Weiter komme ich nicht. Sanft lächelnd nimmt mich Mr Doorman am Arm und geleitet mich zum Ohrensessel beim Fenster.

"Högglen Si doch es bizzeli hera. Das tuet guet. Schnufen Si tüüüüüüüf dure und sägen Si 48'000 Mol: I freue mi waaaansinnig. I hole Iine in dr Zwüschezit üsseri bunt und eggstrem informativ Broschüre."
(Ü: "Setzen Sie sich doch ein bisschen hin. Das tut gut gut. Atmen Sie tiiiiiieeeeef durch und sagen Sie 48'000 Mal: Ich freue mich wahnsinnig. Ich hole in der Zwischenzeit unsere bunte und extrem informative Broschüre.")

Ich fürchte, das letzte "informativ" war ein "informativ" zu viel für mich. Ich springe Mr Doorman an die Gurgel. Starke Hände packen mich und ich werde durchgeschüttelt wie auf der höchsten Stufe im besten Mixer der Welt. Dazu prasselt eine Fluchkasskade auf mich ein. Dem Himmel sei Dank. Mr Doorman ist wieder Mr Doorman.

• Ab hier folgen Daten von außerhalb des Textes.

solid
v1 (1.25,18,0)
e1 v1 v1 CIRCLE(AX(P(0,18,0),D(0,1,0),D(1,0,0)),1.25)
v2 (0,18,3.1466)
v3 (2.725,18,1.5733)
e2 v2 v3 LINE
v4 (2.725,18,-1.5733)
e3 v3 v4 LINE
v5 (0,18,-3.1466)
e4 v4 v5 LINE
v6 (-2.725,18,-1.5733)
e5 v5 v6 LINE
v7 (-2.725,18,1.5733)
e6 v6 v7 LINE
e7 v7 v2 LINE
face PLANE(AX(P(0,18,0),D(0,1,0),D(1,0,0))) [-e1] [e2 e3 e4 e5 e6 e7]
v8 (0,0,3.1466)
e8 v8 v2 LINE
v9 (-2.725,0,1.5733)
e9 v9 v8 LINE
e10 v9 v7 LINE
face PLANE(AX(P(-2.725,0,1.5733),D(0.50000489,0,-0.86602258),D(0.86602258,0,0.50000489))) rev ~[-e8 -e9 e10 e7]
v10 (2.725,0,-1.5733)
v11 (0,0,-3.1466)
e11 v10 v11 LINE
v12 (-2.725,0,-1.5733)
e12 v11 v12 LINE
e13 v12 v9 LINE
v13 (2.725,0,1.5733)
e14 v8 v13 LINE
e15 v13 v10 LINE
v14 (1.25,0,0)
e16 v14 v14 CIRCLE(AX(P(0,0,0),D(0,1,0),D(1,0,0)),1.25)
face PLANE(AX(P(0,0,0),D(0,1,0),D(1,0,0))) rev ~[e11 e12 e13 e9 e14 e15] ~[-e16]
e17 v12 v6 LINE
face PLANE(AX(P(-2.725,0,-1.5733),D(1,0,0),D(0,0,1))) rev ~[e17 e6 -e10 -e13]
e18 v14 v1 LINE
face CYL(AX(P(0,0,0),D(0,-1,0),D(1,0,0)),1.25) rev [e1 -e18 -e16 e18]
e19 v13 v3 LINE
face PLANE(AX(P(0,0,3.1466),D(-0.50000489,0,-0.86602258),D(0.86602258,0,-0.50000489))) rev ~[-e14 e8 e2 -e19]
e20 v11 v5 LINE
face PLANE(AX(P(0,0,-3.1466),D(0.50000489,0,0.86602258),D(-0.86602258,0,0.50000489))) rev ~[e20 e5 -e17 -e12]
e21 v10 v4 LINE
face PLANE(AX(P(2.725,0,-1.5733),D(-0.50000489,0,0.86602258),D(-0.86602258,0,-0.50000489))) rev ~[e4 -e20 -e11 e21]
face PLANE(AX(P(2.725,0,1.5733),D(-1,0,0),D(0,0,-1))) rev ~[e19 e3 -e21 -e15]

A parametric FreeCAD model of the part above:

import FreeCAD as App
import Part
import Sketcher
from FreeCAD import Vector
Q = App.Units.Quantity

doc = App.newDocument("Part")
body = doc.addObject("PartDesign::Body", "Body")

# Sketch on XZ plane
sketch1 = body.newObject("Sketcher::SketchObject", "Sketch")
sketch1.AttachmentSupport = (doc.getObject("XZ_Plane"), [""])
sketch1.MapMode = "FlatFace"
sketch1.addGeometry([
    Part.LineSegment(Vector(2.7, 1.6, 0), Vector(2.7, -1.6, 0)),  # 0
    Part.LineSegment(Vector(2.7, -1.6, 0), Vector(0, -3.1, 0)),  # 1
    Part.LineSegment(Vector(0, -3.1, 0), Vector(-2.7, -1.6, 0)),  # 2
    Part.LineSegment(Vector(-2.7, -1.6, 0), Vector(-2.7, 1.6, 0)),  # 3
    Part.LineSegment(Vector(-2.7, 1.6, 0), Vector(0, 3.1, 0)),  # 4
    Part.LineSegment(Vector(0, 3.1, 0), Vector(2.7, 1.6, 0)),  # 5
    Part.Circle(Vector(0, 0, 0), Vector(0, 0, 1), 1.2),  # 6
], False)
sketch1.addConstraint([
    Sketcher.Constraint("Coincident", 0, 2, 1, 1),
    Sketcher.Constraint("Coincident", 1, 2, 2, 1),
    Sketcher.Constraint("Coincident", 2, 2, 3, 1),
    Sketcher.Constraint("Coincident", 3, 2, 4, 1),
    Sketcher.Constraint("Coincident", 4, 2, 5, 1),
    Sketcher.Constraint("Coincident", 5, 2, 0, 1),
    Sketcher.Constraint("Vertical", 0),
    Sketcher.Constraint("Vertical", 3),
    Sketcher.Constraint("Coincident", 6, 3, -1, 1),
    Sketcher.Constraint("Symmetric", 0, 2, 3, 2, -1, 1),
    Sketcher.Constraint("Symmetric", 1, 2, 4, 2, -1, 1),
    Sketcher.Constraint("PointOnObject", 1, 2, -2),
    Sketcher.Constraint("Parallel", 2, 5),
    Sketcher.Constraint("Horizontal", 0, 2, 2, 2),
    Sketcher.Constraint("Diameter", 6, 2.5),
    Sketcher.Constraint("Angle", 1, Q("-149.9997 deg")),
    Sketcher.Constraint("DistanceX", 2, 2, 0, 2, 5.45),
    Sketcher.Constraint("DistanceY", 1, 2, 3, 2, 4.72),
])
pad1 = body.newObject("PartDesign::Pad", "Pad")
pad1.Profile = sketch1
pad1.Length = 18
pad1.Reversed = True

doc.recompute()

Drei Stunden später ist das Zittern meines Körpers - insbesonders der Finger - so weit abgeklungen, dass ich mein Handy aus dem Handtäschchen klauben kann. Ich stelle die Nummer ein und melde Mr Doorman vom Freundlichkeitskurs ab.

Ihre Frau Zappadong

PS: Noch 100 Tage zur EM. Freuen Sie sich. Und wenn Sie es nicht tun: Freuen Sie sich.

4 Kommentare:

Alex Lightbringer said...

Sollen wir das Dach des Zappadong-Gebäudes an Zaungäste vermieten? (Lechz, Sabber...)

Gruß Alex L.

Zappadong said...

Nein, glauben Sie mir, es wird keinen Platz für Zaungäste haben. Die Besucher der Veranstaltung werden uns mit Waffengewalt zwingen, das Gebäude bodeneben einzufahren, damit es wenigstens EINEN Parkplatz gibt, der den Namen Parkplatz verdient. Bestellen Sie schon mal Parkuhren und programmieren Sie sie auf einen Minutentarif von 1000 Franken.

Ach ja, und an die Anwohner verkaufen wir Ohrenstöpsel mit der Aufschrift "fuck you, Marketing B." Glauben Sie mir, für die können wir locker 10'000 Franken kassieren. Die Leute werden Sie uns trotzdem aus den Händen reissen.

Und noch was: Mit den Einnahmen gründen wir im Liechtenstein eine Stiftung.

Ihre Frau Zappadong

Zappadong said...

PS: Ich habe Mr Doorman gebeten, zur Sicherung unseres Parkplatzes seine gesamte russische Verwandtschaft einzufliegen. Ich hoffe, das ist Ihnen recht, Herr Lightbringer.

Alex Lightbringer said...

Arbeiten alle bei Moskau Inkasso, oder?